In 1992, Tinker made Love Makes a Family, a documentary about LGBTQ families. She hosted the "Love Makes a Family" radio show, and was founder and director of Love Makes a Family organization. Tinker was a founding member of the Gay and Lesbian Archives of the Pacific Northwest (now Oregon Queer History Collective), which was established in Portland, Oregon in 1994. In 1995 she attended the World Conference on Women in Beijing. She taught Quaker workshops on nonviolent change, under the title "Opening Hearts and Minds". "If you don't want to be attacking and defending all the time," she explained in a 1995 interview, "you have to start by not attacking." In 1996, she and Pamela Pegg made an exhibit for the Oregon State Fair from their collection of pins, clippings, photographs, and posters from LGBTQ activism; the exhibit was moved after its content raised concerns. She protested the Iraq War with Seriously Pissed-Off Grannies, and was arrested several times over the years for her non-violent political activities. A fellow activist once recalled, "If there was a demonstration and something she could get arrested about, she was there. Bonnie never knew a sideline to sit on."
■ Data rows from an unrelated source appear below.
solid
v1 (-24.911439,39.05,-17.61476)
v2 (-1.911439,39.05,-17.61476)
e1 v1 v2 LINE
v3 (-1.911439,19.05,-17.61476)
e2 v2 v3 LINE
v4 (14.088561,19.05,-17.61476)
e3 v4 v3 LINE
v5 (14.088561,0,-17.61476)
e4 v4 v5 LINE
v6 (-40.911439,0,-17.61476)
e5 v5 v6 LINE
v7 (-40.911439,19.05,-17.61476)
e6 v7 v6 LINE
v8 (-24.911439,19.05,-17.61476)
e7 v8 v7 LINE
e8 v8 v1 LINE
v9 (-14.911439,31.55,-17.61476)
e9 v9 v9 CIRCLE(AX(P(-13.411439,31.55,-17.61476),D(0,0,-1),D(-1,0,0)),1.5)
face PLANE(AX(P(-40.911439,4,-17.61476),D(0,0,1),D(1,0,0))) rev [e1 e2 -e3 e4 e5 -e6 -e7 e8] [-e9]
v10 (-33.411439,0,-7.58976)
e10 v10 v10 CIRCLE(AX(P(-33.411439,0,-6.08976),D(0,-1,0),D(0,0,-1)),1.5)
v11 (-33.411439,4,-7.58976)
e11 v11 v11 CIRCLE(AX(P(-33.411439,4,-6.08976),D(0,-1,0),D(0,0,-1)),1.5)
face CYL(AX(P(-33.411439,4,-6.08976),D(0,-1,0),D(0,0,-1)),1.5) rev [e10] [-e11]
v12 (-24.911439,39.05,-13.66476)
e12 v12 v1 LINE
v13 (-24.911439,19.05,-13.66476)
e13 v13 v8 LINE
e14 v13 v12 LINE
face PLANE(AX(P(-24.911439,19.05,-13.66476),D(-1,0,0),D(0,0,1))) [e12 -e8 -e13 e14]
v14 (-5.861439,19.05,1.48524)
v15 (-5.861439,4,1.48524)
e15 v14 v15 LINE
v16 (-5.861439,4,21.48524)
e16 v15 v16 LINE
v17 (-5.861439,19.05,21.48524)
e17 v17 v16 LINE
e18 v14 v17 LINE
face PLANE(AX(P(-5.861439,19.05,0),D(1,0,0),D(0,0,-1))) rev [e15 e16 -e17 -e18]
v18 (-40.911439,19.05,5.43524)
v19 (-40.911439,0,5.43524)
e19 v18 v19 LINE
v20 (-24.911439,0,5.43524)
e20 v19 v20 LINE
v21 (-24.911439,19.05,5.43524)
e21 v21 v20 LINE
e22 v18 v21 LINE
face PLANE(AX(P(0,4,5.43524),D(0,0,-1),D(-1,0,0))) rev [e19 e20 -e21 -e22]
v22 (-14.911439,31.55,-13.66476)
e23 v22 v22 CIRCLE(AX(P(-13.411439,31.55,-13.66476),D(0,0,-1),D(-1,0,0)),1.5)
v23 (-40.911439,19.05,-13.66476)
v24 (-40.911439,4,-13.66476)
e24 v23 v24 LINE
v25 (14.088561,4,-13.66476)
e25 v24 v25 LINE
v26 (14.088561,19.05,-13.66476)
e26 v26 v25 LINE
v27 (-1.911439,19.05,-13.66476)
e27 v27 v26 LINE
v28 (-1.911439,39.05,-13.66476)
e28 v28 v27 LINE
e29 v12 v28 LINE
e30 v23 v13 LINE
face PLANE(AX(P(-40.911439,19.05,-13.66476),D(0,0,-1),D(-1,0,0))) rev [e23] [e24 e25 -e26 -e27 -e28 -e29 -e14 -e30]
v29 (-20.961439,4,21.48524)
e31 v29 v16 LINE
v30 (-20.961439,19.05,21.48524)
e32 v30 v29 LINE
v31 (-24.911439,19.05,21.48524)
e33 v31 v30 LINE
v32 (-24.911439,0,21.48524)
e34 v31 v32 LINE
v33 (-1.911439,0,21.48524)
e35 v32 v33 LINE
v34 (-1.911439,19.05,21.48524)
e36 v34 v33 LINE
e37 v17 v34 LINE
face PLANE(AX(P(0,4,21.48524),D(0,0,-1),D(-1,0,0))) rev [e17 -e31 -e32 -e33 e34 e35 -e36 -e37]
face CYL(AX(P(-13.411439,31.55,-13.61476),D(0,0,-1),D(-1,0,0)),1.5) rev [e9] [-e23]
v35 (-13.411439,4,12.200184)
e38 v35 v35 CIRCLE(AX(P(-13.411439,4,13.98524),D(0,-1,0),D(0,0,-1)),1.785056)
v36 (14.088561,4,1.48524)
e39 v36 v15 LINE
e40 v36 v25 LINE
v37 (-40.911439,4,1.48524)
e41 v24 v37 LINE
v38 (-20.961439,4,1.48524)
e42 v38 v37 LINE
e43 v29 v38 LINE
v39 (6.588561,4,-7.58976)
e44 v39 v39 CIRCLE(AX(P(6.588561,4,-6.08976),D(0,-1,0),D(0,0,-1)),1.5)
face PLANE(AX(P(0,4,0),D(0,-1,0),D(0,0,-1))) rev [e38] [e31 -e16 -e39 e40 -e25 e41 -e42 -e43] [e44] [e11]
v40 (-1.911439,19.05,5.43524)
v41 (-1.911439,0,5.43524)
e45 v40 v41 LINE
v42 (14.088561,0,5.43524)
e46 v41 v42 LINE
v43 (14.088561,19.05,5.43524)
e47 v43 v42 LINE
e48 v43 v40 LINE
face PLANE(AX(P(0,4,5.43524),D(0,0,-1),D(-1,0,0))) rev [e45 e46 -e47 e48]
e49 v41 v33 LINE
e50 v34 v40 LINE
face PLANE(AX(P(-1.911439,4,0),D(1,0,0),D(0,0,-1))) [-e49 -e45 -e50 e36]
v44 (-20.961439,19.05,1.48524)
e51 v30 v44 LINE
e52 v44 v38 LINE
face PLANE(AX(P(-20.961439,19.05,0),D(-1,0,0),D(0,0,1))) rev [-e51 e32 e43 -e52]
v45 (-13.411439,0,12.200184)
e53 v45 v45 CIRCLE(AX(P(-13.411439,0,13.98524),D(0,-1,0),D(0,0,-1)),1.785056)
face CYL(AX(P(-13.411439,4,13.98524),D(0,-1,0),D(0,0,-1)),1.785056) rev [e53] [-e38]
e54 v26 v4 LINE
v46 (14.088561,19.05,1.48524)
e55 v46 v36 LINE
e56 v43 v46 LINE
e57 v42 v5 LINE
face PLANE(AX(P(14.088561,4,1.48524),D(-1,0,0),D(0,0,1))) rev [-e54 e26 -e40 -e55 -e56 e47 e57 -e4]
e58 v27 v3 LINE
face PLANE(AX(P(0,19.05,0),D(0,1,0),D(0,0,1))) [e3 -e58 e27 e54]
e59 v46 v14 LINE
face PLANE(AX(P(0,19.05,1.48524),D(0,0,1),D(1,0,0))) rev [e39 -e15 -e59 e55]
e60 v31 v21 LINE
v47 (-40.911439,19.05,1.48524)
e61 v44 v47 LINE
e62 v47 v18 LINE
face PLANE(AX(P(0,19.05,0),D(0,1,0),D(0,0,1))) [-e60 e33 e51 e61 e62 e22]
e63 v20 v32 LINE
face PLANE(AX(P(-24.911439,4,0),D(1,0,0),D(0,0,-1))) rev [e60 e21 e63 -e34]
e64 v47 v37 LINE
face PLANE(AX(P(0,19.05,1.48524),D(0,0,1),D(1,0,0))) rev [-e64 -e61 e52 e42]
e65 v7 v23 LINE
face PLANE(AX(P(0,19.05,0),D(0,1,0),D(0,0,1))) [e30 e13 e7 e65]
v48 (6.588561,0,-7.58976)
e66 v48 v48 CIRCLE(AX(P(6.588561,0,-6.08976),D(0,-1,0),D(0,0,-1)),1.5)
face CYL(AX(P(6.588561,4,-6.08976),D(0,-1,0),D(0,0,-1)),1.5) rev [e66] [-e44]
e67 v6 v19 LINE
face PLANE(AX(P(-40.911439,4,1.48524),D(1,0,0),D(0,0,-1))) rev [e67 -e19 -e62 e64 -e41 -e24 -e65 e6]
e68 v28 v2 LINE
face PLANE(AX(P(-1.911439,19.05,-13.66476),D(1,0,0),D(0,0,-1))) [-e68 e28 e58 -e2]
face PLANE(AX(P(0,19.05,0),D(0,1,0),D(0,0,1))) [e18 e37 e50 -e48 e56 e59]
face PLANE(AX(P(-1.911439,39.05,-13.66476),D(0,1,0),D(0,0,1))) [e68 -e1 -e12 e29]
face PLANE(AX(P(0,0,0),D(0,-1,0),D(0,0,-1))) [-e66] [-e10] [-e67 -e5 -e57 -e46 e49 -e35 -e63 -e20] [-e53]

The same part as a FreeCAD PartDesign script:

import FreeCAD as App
import Part
import Sketcher

V = App.Vector


def add_polygon(sketch, points):
    """Adds a closed chain of lines whose ends are joined by coincident constraints."""
    first, n = sketch.GeometryCount, len(points)
    for a, b in zip(points, points[1:] + points[:1]):
        sketch.addGeometry(Part.LineSegment(App.Vector(*a, 0), App.Vector(*b, 0)), False)
    for i in range(n):
        sketch.addConstraint(Sketcher.Constraint("Coincident", first + i, 2, first + (i + 1) % n, 1))

doc = App.newDocument("Part")
body = doc.addObject("PartDesign::Body", "Body")

sketch1 = doc.addObject("Sketcher::SketchObject", "Sketch")
body.addObject(sketch1)
sketch1.AttachmentSupport = (doc.XZ_Plane, [""])
sketch1.MapMode = "FlatFace"
add_polygon(sketch1, [(-41, -18), (-41, 1), (14, 1), (14, -18)])
sketch1.addConstraint([
    Sketcher.Constraint("Vertical", 0),
    Sketcher.Constraint("Horizontal", 1),
    Sketcher.Constraint("Vertical", 2),
    Sketcher.Constraint("Horizontal", 3),
    Sketcher.Constraint("DistanceX", 1, 1, 1, 2, 55.0),
    Sketcher.Constraint("DistanceY", 0, 1, 0, 2, 19.1),
    Sketcher.Constraint("DistanceX", 0, 2, -1, 1, 40.911439),
    Sketcher.Constraint("DistanceY", -1, 1, 0, 2, 1.48524),
])
pad1 = doc.addObject("PartDesign::Pad", "Pad")
body.addObject(pad1)
pad1.Profile = sketch1
pad1.Length = 4
pad1.Reversed = True

sketch2 = doc.addObject("Sketcher::SketchObject", "Sketch001")
body.addObject(sketch2)
sketch2.AttachmentSupport = (doc.XZ_Plane, [""])
sketch2.MapMode = "FlatFace"
sketch2.AttachmentOffset = App.Placement(V(0, 0, -4), App.Rotation())
add_polygon(sketch2, [(-40.9, -17.6), (-40.9, -13.7), (14.1, -13.7), (14.1, -17.6)])
sketch2.addConstraint([
    Sketcher.Constraint("Vertical", 0),
    Sketcher.Constraint("Horizontal", 1),
    Sketcher.Constraint("Vertical", 2),
    Sketcher.Constraint("Horizontal", 3),
    Sketcher.Constraint("DistanceX", 1, 1, 1, 2, 55.0),
    Sketcher.Constraint("DistanceY", 0, 1, 0, 2, 3.95),
    Sketcher.Constraint("DistanceX", 0, 2, -1, 1, 40.911439),
    Sketcher.Constraint("DistanceY", 0, 2, -1, 1, 13.66476),
])
pad2 = doc.addObject("PartDesign::Pad", "Pad001")
body.addObject(pad2)
pad2.Profile = sketch2
pad2.Length = 15.05
pad2.Reversed = True
body2 = doc.addObject("PartDesign::Body", "Body001")

sketch3 = doc.addObject("Sketcher::SketchObject", "Sketch002")
body2.addObject(sketch3)
sketch3.AttachmentSupport = (doc.getObject("XZ_Plane001"), [""])
sketch3.MapMode = "FlatFace"
add_polygon(sketch3, [(-40.9, 5.4), (-40.9, 1.5), (14.1, 1.5), (14.1, 5.4), (-1.9, 5.4), (-1.9, 21.5), (-24.9, 21.5), (-24.9, 5.4)])
sketch3.addConstraint([
    Sketcher.Constraint("Vertical", 0),
    Sketcher.Constraint("Horizontal", 1),
    Sketcher.Constraint("Vertical", 2),
    Sketcher.Constraint("Horizontal", 3),
    Sketcher.Constraint("Vertical", 4),
    Sketcher.Constraint("Horizontal", 5),
    Sketcher.Constraint("Vertical", 6),
    Sketcher.Constraint("Horizontal", 7),
    Sketcher.Constraint("Horizontal", 3, 2, 6, 2),
    Sketcher.Constraint("Equal", 3, 7),
    Sketcher.Constraint("DistanceX", 1, 1, 1, 2, 55.0),
    Sketcher.Constraint("DistanceX", 3, 2, 3, 1, 16.0),
    Sketcher.Constraint("DistanceY", 1, 2, 4, 2, 20.0),
    Sketcher.Constraint("DistanceY", 0, 2, 0, 1, 3.95),
    Sketcher.Constraint("DistanceX", 0, 2, -1, 1, 40.911439),
    Sketcher.Constraint("DistanceY", -1, 1, 0, 2, 1.48524),
])
pad3 = doc.addObject("PartDesign::Pad", "Pad002")
body2.addObject(pad3)
pad3.Profile = sketch3
pad3.Length = 4
pad3.Reversed = True
doc.recompute()

boolean = doc.addObject("PartDesign::Boolean", "Boolean")
body.addObject(boolean)
boolean.Type = "Fuse"
boolean.addObjects([body2])

sketch4 = doc.addObject("Sketcher::SketchObject", "Sketch003")
body.addObject(sketch4)
sketch4.AttachmentSupport = (doc.XZ_Plane, [""])
sketch4.MapMode = "FlatFace"
sketch4.AttachmentOffset = App.Placement(V(0, 0, -4), App.Rotation())
add_polygon(sketch4, [(-5.9, 21.5), (-1.9, 21.5), (-1.9, 5.4), (14.1, 5.4), (14.1, 1.5), (-5.9, 1.5)])
add_polygon(sketch4, [(-21, 21.5), (-21, 1.5), (-40.9, 1.5), (-40.9, 5.4), (-24.9, 5.4), (-24.9, 21.5)])
sketch4.addConstraint([
    Sketcher.Constraint("Horizontal", 0),
    Sketcher.Constraint("Vertical", 1),
    Sketcher.Constraint("Horizontal", 2),
    Sketcher.Constraint("Vertical", 3),
    Sketcher.Constraint("Horizontal", 4),
    Sketcher.Constraint("Vertical", 5),
    Sketcher.Constraint("Vertical", 6),
    Sketcher.Constraint("Horizontal", 7),
    Sketcher.Constraint("Vertical", 8),
    Sketcher.Constraint("Horizontal", 9),
    Sketcher.Constraint("Vertical", 10),
    Sketcher.Constraint("Horizontal", 11),
    Sketcher.Constraint("Horizontal", 4, 2, 6, 2),
    Sketcher.Constraint("Horizontal", 2, 2, 8, 2),
    Sketcher.Constraint("Horizontal", 5, 2, 10, 2),
    Sketcher.Constraint("Equal", 4, 7),
    Sketcher.Constraint("Equal", 2, 9),
    Sketcher.Constraint("Equal", 11, 3),
    Sketcher.Constraint("DistanceX", 2, 1, 2, 2, 16.0),
    Sketcher.Constraint("DistanceY", 5, 1, 5, 2, 20.0),
    Sketcher.Constraint("DistanceX", 7, 2, 1, 2, 39.0),
    Sketcher.Constraint("DistanceX", 0, 1, 0, 2, 3.95),
    Sketcher.Constraint("DistanceX", 0, 2, -1, 1, 1.911439),
    Sketcher.Constraint("DistanceY", -1, 1, 0, 2, 21.48524),
])
pad4 = doc.addObject("PartDesign::Pad", "Pad003")
body.addObject(pad4)
pad4.Profile = sketch4
pad4.Length = 15.05
pad4.Reversed = True

sketch5 = doc.addObject("Sketcher::SketchObject", "Sketch004")
body.addObject(sketch5)
sketch5.AttachmentSupport = (doc.XY_Plane, [""])
sketch5.MapMode = "FlatFace"
sketch5.AttachmentOffset = App.Placement(V(0, 0, -17.61476), App.Rotation())
add_polygon(sketch5, [(-2, 39), (-2, 19), (-25, 19), (-25, 39)])
sketch5.addConstraint([
    Sketcher.Constraint("Vertical", 0),
    Sketcher.Constraint("Horizontal", 1),
    Sketcher.Constraint("Vertical", 2),
    Sketcher.Constraint("Horizontal", 3),
    Sketcher.Constraint("DistanceX", 1, 2, 1, 1, 23.0),
    Sketcher.Constraint("DistanceY", 0, 2, 0, 1, 20.0),
    Sketcher.Constraint("DistanceY", -1, 1, 0, 2, 19.05),
    Sketcher.Constraint("DistanceX", 0, 2, -1, 1, 1.911439),
])
pad5 = doc.addObject("PartDesign::Pad", "Pad004")
body.addObject(pad5)
pad5.Profile = sketch5
pad5.Length = 3.95

sketch6 = doc.addObject("Sketcher::SketchObject", "Sketch005")
body.addObject(sketch6)
sketch6.AttachmentSupport = (doc.XY_Plane, [""])
sketch6.MapMode = "FlatFace"
sketch6.AttachmentOffset = App.Placement(V(0, 0, -17.61476), App.Rotation())
sketch6.addGeometry(Part.Circle(V(-13.4, 31.6, 0), V(0, 0, 1), 1.5), False)
sketch6.addConstraint([
    Sketcher.Constraint("Diameter", 0, 3.0),
    Sketcher.Constraint("DistanceY", -1, 1, 0, 3, 31.55),
    Sketcher.Constraint("DistanceX", 0, 3, -1, 1, 13.411439),
])
pocket1 = doc.addObject("PartDesign::Pocket", "Pocket")
body.addObject(pocket1)
pocket1.Profile = sketch6
pocket1.Length = 4
pocket1.Reversed = True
== Personal life and legacy ==
Bonnie Tinker came out as a lesbian in the 1970s. Tinker and her partner Sharon Keeler adopted a daughter, Connie. Tinker married her longtime partner Sara Graham in 2004, during a brief window of legalized same-sex marriage that year in Oregon. Tinker and Graham raised their sons Josh and Alex together. Their family was featured on a 2001 segment of ABC's 20/20 about gay and lesbian parents. Tinker died in a traffic accident in 2009, at the age of 61, while riding her bicycle on the Virginia Tech campus in Blacksburg, Virginia. The Love Makes a Family organization also ended in 2009. There is a large collection of her papers, recordings, and photographs in the Oregon Historical Society Research Library. The Bonnie Tinker Emergency Shelter in Portland is named in her memory. In 2013, she was posthumously awarded a Doctor of Laws degree by Grinnell College.